In theory, O2 in tissues won't behave like an inert gas, that is, steadily washing in so that the dissolved pressure of oxygen (PO2) rises to eventually equilibrate with the arterial PO2, because of oxygen metabolism in the tissue. I would have to think about this a little more, but this probably could not happen unless the arterial PO2 exceeded that required to provide tissue oxygen metabolic requirements from dissolved oxygen alone without a need for oxygen on hemoglobin (somewhere in excess of 2000 mmHg, >2.5 ATA). After that, I suppose oxygen could start to behave like an inert gas in terms of accumulation in tissue. However, divers obviously won't use anything like such high PO2s in diving.

We do start to get close to those sort of arterial pressures of oxygen in a hyperbaric chamber and it is possible that some oxygen could start to accumulate in tissues But even so, I think it would take a very fast, if not explosive, decompression to precipitate bubble formation from dissolved oxygen whereas hyperbaric chamber decompressions are very controlled and slow. During a controlled decompression, oxygen washout as inspired pressure falls would be markedly accelerated by tissue metabolism of oxygen (and dissolved oxygen in the tissue would be the first used, before any extraction from blood). Under these circumstances tissue oxygen bubble formation would be almost impossible.

Interestingly, the famous Ken Donald claimed to have produced "oxygen bends" in goats (see attached paper). However, there are a couple of salient feature of the Donald study which I think are consistent with what I have said above. The animals were breathing 3.6 atmospheres of oxygen over 60 minutes, so some degree of oxygen behaving like an inert gas would have been at play at that pressure.

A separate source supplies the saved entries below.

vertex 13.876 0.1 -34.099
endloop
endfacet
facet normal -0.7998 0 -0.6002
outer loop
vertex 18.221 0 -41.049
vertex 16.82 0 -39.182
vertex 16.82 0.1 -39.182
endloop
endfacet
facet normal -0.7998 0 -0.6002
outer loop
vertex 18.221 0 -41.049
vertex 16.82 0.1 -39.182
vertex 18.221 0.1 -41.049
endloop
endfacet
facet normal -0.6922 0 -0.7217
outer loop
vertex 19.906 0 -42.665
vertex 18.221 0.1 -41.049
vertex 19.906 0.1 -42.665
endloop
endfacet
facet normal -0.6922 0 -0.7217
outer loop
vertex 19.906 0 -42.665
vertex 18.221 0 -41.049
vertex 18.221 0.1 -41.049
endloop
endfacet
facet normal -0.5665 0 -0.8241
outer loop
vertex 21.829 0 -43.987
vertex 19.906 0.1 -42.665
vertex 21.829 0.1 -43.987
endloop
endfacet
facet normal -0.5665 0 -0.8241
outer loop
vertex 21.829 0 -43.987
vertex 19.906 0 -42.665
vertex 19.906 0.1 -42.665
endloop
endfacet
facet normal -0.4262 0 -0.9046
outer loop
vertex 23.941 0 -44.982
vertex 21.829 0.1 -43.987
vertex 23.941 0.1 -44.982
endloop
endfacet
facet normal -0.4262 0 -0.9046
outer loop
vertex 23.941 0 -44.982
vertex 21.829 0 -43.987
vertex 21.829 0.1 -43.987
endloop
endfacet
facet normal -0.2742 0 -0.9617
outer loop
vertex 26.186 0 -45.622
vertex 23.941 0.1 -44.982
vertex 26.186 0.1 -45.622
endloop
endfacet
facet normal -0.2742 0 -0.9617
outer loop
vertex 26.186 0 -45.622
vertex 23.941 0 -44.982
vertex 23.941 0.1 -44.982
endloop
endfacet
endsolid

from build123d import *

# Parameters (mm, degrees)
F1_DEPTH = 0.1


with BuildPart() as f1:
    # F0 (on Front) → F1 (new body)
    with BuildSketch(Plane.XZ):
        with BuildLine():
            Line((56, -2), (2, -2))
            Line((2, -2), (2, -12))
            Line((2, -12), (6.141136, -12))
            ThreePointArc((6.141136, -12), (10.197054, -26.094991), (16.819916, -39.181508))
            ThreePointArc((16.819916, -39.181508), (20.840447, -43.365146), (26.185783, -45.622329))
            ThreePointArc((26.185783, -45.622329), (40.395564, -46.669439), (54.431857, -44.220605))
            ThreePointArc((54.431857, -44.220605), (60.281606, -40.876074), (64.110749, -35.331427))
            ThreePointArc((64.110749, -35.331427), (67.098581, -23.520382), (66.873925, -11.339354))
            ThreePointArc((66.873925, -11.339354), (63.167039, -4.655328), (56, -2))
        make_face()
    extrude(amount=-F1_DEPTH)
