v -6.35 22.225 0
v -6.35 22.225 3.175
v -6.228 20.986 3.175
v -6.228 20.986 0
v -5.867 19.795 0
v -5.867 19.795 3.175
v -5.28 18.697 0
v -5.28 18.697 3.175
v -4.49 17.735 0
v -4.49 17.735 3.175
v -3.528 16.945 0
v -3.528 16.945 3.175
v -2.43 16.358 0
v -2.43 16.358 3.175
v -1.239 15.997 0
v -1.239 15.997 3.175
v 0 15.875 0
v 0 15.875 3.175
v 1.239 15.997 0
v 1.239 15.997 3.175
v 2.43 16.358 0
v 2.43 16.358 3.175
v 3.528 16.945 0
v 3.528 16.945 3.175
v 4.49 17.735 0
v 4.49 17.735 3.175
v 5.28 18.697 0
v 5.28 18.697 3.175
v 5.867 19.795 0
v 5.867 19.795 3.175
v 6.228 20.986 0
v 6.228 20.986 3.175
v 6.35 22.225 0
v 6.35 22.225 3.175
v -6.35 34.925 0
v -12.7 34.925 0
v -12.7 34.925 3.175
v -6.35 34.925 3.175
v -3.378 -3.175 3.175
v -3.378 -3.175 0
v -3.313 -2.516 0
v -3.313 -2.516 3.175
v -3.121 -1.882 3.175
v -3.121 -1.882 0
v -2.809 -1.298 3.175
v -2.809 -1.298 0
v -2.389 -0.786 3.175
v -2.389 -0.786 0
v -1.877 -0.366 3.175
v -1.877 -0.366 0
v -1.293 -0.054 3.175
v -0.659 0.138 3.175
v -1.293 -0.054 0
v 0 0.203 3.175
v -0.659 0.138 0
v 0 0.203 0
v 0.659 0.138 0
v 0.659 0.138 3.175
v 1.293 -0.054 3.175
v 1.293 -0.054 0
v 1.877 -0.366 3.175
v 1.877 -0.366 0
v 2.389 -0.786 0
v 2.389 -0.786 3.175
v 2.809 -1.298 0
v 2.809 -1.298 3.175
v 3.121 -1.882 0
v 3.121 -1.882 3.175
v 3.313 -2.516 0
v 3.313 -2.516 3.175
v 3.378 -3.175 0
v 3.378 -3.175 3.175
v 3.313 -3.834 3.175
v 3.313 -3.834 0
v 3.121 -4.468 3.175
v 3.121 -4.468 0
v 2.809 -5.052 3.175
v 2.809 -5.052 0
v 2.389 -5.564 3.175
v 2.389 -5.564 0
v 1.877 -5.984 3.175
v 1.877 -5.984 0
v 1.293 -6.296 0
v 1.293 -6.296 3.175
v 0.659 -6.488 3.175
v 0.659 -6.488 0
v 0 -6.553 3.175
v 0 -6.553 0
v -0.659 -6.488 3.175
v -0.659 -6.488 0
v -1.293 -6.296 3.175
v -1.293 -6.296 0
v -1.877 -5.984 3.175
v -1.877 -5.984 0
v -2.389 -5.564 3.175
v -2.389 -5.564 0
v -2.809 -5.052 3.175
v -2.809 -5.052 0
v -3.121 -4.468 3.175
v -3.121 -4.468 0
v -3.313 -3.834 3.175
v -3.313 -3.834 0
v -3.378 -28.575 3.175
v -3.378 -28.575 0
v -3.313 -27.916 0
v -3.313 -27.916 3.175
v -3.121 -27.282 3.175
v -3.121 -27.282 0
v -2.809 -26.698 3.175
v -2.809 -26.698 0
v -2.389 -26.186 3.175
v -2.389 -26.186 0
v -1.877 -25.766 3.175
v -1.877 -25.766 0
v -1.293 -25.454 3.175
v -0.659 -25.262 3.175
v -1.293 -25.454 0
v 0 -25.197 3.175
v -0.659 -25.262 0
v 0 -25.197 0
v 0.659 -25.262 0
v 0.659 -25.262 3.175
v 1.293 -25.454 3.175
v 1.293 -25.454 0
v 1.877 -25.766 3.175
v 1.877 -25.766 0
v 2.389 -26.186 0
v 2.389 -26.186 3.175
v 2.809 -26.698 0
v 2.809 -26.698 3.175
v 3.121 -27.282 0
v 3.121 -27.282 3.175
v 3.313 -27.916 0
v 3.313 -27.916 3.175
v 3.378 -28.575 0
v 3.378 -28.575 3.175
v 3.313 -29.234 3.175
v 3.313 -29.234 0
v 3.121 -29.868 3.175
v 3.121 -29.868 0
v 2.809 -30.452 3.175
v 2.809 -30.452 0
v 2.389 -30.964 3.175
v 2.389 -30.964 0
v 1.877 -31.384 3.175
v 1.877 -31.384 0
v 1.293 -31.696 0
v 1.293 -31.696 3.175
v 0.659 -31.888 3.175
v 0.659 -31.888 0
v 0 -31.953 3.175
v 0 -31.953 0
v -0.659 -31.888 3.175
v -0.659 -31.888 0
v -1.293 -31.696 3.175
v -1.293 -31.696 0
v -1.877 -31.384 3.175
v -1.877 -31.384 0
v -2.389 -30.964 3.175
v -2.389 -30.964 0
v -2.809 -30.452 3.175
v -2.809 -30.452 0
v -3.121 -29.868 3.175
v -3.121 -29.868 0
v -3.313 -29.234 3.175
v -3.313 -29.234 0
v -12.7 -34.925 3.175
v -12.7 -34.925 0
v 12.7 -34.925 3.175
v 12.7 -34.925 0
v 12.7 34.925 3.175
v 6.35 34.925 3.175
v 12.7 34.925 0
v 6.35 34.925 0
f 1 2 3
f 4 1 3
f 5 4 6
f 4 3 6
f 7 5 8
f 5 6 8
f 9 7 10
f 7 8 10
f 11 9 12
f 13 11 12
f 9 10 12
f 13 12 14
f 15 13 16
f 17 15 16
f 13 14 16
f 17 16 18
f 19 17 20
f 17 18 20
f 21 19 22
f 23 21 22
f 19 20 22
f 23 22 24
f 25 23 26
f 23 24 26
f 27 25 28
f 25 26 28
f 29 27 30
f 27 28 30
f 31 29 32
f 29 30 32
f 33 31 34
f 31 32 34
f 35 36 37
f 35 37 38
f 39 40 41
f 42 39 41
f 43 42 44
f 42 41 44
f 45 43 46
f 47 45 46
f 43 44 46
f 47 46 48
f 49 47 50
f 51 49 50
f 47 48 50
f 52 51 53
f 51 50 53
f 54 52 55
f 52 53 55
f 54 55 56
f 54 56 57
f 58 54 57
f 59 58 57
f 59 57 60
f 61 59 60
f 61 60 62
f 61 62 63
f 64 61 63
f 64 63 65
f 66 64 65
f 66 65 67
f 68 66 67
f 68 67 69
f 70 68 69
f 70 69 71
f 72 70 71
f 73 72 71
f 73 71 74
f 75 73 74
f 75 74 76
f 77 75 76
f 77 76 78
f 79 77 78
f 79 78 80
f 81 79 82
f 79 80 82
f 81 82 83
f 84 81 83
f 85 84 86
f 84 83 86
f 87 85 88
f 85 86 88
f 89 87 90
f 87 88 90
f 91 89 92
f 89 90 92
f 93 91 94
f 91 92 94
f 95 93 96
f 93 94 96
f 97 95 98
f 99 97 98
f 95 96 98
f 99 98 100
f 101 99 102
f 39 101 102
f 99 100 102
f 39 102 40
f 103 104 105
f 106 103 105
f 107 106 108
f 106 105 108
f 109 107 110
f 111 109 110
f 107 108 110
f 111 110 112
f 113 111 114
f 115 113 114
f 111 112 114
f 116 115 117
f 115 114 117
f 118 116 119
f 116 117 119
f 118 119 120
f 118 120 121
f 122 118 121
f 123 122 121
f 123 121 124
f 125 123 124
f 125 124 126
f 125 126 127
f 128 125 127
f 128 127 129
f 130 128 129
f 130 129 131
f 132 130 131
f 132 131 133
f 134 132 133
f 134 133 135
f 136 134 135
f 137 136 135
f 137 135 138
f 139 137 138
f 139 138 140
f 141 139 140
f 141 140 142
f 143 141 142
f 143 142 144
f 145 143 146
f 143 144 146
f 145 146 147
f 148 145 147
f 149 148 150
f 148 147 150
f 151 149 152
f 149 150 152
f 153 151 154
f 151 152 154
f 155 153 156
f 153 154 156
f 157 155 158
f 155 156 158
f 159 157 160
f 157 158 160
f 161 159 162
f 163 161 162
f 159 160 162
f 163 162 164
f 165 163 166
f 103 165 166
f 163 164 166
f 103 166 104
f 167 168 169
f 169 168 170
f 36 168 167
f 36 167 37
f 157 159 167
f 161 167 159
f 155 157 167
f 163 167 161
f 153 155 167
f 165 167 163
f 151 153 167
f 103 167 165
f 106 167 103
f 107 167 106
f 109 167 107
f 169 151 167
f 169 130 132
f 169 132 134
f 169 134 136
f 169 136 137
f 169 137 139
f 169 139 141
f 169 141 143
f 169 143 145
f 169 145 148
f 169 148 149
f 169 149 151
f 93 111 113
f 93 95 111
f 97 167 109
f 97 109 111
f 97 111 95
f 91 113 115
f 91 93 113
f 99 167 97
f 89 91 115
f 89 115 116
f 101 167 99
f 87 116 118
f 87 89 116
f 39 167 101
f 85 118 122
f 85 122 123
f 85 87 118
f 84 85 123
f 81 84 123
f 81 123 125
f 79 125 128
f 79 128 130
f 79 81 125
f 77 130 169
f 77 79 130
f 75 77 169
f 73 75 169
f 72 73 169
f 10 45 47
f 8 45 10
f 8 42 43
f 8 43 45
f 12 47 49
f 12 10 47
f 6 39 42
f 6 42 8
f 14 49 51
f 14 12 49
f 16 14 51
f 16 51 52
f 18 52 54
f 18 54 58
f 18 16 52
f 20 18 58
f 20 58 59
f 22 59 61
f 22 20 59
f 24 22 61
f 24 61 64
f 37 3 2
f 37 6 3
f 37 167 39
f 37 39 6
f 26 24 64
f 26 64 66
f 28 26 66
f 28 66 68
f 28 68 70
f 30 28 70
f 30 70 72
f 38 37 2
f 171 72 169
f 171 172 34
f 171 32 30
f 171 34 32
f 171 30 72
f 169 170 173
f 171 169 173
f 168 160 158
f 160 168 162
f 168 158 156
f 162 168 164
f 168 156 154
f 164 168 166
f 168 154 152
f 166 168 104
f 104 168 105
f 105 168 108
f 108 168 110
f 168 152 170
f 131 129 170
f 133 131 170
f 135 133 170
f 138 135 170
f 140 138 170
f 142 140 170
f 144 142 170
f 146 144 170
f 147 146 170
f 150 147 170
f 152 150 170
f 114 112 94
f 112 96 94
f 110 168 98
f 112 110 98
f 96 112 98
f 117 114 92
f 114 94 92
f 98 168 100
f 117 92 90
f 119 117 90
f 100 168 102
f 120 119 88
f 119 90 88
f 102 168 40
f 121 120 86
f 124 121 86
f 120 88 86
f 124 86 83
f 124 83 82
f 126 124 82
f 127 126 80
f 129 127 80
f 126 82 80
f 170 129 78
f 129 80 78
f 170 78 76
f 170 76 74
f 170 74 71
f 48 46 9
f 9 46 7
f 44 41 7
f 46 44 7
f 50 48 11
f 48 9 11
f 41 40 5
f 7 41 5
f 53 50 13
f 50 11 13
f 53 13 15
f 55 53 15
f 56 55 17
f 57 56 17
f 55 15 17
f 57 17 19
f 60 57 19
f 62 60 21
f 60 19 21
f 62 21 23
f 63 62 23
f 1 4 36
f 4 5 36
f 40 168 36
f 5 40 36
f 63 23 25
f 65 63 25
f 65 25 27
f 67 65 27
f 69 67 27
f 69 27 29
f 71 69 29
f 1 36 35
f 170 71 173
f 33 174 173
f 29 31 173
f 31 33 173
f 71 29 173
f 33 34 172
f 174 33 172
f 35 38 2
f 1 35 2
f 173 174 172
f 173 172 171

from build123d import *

# Parameters (mm, degrees)
SKETCH1_W               = 25.4
SKETCH1_H               = 69.85
BOSS_EXTRUDE1_DEPTH     = 3.175
CUT_EXTRUDE1_DEPTH      = 38.297804895
F_1_4_CLEARANCE_HOLE1_D = 6.7564


with BuildPart() as part:
    # Sketch1 → Boss-Extrude1 (new body)
    with BuildSketch(Plane.XY):
        Rectangle(SKETCH1_W, SKETCH1_H)
    extrude(amount=BOSS_EXTRUDE1_DEPTH)

    # Sketch2 → Cut-Extrude1 (cut, through all)
    with BuildSketch(Plane.XY.offset(3.175)):
        with BuildLine():
            Line((-6.35, 34.925), (-6.35, 22.225))
            ThreePointArc((-6.35, 22.225), (0, 15.875), (6.35, 22.225))
            Line((6.35, 22.225), (6.35, 34.925))
            Line((6.35, 34.925), (-6.35, 34.925))
        make_face()
    extrude(amount=-CUT_EXTRUDE1_DEPTH, mode=Mode.SUBTRACT)

    # 1/4 Clearance Hole1 (through all)
    with Locations(Plane.XY.offset(3.175)):
        with Locations((0, -28.575), (0, -3.175)):
            Hole(F_1_4_CLEARANCE_HOLE1_D / 2)


solid = part.part
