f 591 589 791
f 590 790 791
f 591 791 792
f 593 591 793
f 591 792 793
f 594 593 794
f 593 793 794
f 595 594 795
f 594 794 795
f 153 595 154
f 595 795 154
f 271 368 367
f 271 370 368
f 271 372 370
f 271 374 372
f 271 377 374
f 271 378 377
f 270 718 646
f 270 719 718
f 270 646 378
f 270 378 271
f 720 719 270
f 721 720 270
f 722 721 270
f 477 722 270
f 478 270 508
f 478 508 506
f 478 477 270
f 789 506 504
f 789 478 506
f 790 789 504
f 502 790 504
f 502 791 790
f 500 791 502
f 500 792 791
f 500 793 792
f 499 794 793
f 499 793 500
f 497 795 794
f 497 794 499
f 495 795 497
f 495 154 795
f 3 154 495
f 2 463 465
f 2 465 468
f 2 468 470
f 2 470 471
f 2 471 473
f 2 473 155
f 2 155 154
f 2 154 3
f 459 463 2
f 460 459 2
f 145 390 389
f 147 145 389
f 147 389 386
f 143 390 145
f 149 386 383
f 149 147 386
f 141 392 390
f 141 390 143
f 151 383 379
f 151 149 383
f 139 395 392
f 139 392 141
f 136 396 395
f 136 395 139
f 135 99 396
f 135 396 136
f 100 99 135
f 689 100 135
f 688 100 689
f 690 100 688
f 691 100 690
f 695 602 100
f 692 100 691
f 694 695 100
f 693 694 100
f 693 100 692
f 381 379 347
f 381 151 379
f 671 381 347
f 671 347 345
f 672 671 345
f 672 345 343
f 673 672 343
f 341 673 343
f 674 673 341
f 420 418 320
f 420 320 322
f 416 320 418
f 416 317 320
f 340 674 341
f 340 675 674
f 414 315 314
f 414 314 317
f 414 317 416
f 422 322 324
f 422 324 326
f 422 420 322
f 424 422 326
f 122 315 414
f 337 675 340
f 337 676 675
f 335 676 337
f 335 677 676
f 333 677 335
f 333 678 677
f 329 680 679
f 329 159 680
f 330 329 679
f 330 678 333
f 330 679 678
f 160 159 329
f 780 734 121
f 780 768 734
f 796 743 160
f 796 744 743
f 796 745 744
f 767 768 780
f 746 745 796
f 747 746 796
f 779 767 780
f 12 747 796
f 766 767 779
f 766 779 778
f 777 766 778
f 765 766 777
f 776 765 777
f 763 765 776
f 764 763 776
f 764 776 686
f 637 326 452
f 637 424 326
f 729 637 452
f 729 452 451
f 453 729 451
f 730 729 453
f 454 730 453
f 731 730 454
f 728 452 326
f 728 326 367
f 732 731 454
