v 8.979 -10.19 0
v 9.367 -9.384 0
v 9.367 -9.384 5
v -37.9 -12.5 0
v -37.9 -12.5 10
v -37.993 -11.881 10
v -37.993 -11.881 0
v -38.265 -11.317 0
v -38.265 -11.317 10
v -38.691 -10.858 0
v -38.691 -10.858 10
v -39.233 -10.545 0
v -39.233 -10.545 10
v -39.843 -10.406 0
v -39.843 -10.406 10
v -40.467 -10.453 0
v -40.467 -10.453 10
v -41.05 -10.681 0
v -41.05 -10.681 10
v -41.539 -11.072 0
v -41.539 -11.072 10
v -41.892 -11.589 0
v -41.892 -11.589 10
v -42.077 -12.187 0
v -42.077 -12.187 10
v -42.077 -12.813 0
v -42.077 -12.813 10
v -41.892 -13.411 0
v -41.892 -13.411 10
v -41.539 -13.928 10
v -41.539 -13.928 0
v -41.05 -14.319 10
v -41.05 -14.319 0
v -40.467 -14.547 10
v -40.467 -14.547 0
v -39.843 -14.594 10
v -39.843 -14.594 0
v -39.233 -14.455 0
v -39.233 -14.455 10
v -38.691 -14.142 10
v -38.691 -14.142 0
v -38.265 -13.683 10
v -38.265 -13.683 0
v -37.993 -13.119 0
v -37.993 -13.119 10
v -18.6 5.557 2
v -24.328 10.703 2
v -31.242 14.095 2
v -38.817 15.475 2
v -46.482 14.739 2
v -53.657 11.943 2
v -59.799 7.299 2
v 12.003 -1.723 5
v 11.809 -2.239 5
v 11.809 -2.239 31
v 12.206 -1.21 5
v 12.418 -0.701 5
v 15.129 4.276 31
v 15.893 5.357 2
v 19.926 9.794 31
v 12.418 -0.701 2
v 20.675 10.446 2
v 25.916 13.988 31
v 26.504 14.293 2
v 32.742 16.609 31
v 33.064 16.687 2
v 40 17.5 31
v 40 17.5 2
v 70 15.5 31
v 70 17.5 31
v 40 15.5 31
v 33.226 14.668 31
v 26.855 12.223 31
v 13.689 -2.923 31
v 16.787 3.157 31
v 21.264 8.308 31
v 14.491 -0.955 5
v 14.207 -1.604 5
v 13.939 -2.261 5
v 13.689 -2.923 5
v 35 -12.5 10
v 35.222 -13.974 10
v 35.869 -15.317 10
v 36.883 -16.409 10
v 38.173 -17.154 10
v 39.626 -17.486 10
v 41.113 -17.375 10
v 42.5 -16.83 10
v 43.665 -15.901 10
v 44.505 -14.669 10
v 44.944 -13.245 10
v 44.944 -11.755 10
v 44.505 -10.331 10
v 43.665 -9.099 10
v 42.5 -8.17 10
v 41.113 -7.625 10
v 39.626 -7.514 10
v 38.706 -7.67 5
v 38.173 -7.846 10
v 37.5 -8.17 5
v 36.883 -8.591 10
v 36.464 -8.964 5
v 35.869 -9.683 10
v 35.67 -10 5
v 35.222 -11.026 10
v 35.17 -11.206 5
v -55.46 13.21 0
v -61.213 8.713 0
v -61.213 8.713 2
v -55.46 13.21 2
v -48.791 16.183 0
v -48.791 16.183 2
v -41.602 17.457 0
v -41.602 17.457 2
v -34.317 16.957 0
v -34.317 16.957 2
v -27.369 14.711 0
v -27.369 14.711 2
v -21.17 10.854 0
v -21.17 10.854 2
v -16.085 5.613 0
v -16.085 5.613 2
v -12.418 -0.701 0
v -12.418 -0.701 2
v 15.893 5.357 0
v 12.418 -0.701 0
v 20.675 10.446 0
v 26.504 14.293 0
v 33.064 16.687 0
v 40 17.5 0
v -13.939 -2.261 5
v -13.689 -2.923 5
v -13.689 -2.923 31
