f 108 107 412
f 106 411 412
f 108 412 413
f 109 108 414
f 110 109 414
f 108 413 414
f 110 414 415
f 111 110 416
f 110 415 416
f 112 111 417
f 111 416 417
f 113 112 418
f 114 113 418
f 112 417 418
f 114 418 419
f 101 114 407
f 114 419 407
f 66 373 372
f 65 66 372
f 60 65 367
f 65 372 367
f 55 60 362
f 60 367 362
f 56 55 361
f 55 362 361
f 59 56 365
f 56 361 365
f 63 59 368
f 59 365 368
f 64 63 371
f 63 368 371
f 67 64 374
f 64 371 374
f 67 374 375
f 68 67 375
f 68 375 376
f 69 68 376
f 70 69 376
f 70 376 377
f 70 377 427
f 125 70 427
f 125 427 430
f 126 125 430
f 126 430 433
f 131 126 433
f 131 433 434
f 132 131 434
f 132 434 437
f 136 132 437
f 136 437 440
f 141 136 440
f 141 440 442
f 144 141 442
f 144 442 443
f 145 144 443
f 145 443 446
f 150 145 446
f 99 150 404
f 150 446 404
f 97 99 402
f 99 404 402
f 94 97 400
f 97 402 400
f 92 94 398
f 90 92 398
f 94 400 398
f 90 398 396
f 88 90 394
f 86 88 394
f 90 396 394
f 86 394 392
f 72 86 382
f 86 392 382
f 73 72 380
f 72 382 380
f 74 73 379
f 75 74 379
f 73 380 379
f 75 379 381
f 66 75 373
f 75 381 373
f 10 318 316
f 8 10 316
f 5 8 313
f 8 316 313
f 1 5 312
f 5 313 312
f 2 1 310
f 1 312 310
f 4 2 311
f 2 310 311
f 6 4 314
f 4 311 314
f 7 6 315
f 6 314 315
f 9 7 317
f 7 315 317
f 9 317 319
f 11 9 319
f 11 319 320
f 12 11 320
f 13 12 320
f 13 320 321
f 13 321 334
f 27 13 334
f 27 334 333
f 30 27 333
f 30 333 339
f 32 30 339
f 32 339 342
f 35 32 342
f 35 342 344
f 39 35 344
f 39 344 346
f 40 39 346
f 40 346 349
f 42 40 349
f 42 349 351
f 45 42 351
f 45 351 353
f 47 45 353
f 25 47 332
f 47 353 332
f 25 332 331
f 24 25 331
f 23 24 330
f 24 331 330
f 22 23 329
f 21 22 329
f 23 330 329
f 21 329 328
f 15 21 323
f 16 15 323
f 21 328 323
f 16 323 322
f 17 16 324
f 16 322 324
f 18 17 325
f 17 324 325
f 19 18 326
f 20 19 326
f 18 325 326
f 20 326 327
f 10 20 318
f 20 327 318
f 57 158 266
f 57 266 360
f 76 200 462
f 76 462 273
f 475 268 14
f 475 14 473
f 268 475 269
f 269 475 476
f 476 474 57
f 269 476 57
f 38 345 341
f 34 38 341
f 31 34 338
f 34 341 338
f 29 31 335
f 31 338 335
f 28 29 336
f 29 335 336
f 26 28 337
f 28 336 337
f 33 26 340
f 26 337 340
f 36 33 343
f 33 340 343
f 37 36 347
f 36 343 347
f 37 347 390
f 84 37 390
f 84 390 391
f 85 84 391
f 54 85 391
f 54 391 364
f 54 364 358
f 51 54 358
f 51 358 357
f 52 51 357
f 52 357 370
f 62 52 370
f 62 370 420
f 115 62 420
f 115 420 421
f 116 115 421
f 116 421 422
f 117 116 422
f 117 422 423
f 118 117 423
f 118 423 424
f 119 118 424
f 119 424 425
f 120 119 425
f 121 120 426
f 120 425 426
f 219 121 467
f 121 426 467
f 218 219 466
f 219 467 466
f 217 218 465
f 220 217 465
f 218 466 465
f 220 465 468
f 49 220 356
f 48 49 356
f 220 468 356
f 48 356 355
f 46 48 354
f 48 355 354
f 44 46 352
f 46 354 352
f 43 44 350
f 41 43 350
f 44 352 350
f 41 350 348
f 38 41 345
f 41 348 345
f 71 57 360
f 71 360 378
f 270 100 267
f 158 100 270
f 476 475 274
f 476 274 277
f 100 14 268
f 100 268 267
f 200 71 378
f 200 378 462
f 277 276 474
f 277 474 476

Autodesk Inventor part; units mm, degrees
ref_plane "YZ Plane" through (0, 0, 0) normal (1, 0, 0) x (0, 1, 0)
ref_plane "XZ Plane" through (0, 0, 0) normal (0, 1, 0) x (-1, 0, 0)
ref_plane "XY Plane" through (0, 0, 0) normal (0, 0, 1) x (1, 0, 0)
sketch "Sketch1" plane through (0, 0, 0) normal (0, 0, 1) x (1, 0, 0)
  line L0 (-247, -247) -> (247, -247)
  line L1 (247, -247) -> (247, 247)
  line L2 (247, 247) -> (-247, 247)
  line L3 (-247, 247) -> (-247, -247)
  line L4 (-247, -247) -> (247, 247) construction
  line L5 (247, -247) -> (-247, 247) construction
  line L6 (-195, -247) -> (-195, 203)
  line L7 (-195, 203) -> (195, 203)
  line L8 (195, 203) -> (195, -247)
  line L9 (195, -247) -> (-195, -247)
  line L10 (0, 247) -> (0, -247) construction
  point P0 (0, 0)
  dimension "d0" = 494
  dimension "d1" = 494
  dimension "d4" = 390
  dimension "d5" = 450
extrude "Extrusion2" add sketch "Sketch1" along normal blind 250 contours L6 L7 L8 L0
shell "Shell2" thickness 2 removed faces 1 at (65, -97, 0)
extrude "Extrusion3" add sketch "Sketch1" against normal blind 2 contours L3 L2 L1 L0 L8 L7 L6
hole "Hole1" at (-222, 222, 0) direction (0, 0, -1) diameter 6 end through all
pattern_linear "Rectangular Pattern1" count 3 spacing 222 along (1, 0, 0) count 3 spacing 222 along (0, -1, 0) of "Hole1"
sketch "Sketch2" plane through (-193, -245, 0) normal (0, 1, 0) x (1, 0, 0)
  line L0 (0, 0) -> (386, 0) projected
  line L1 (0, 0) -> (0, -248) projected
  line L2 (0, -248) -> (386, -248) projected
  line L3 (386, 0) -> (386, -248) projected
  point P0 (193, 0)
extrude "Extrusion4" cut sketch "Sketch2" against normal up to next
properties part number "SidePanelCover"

The decompression was very fast (150' to surface in 120 seconds after 60 min at depth). It is also notable that the goats breathed some nitrogen at an equivalent PN2 as air at of 50' for 60 minutes which is not an inconsequential nitrogen load in human diving terms (although I have not looked at any decompression tables for goats recently!!). Anyway, the bottom line is that Donald may indeed have demonstrated oxygen bends (the quick recovery he saw after symptoms developed is consistent with that) but only under circumstances that are not relevant to diving (including oxygen rebreathers) or hyperbaric chamber exposures in the modern context.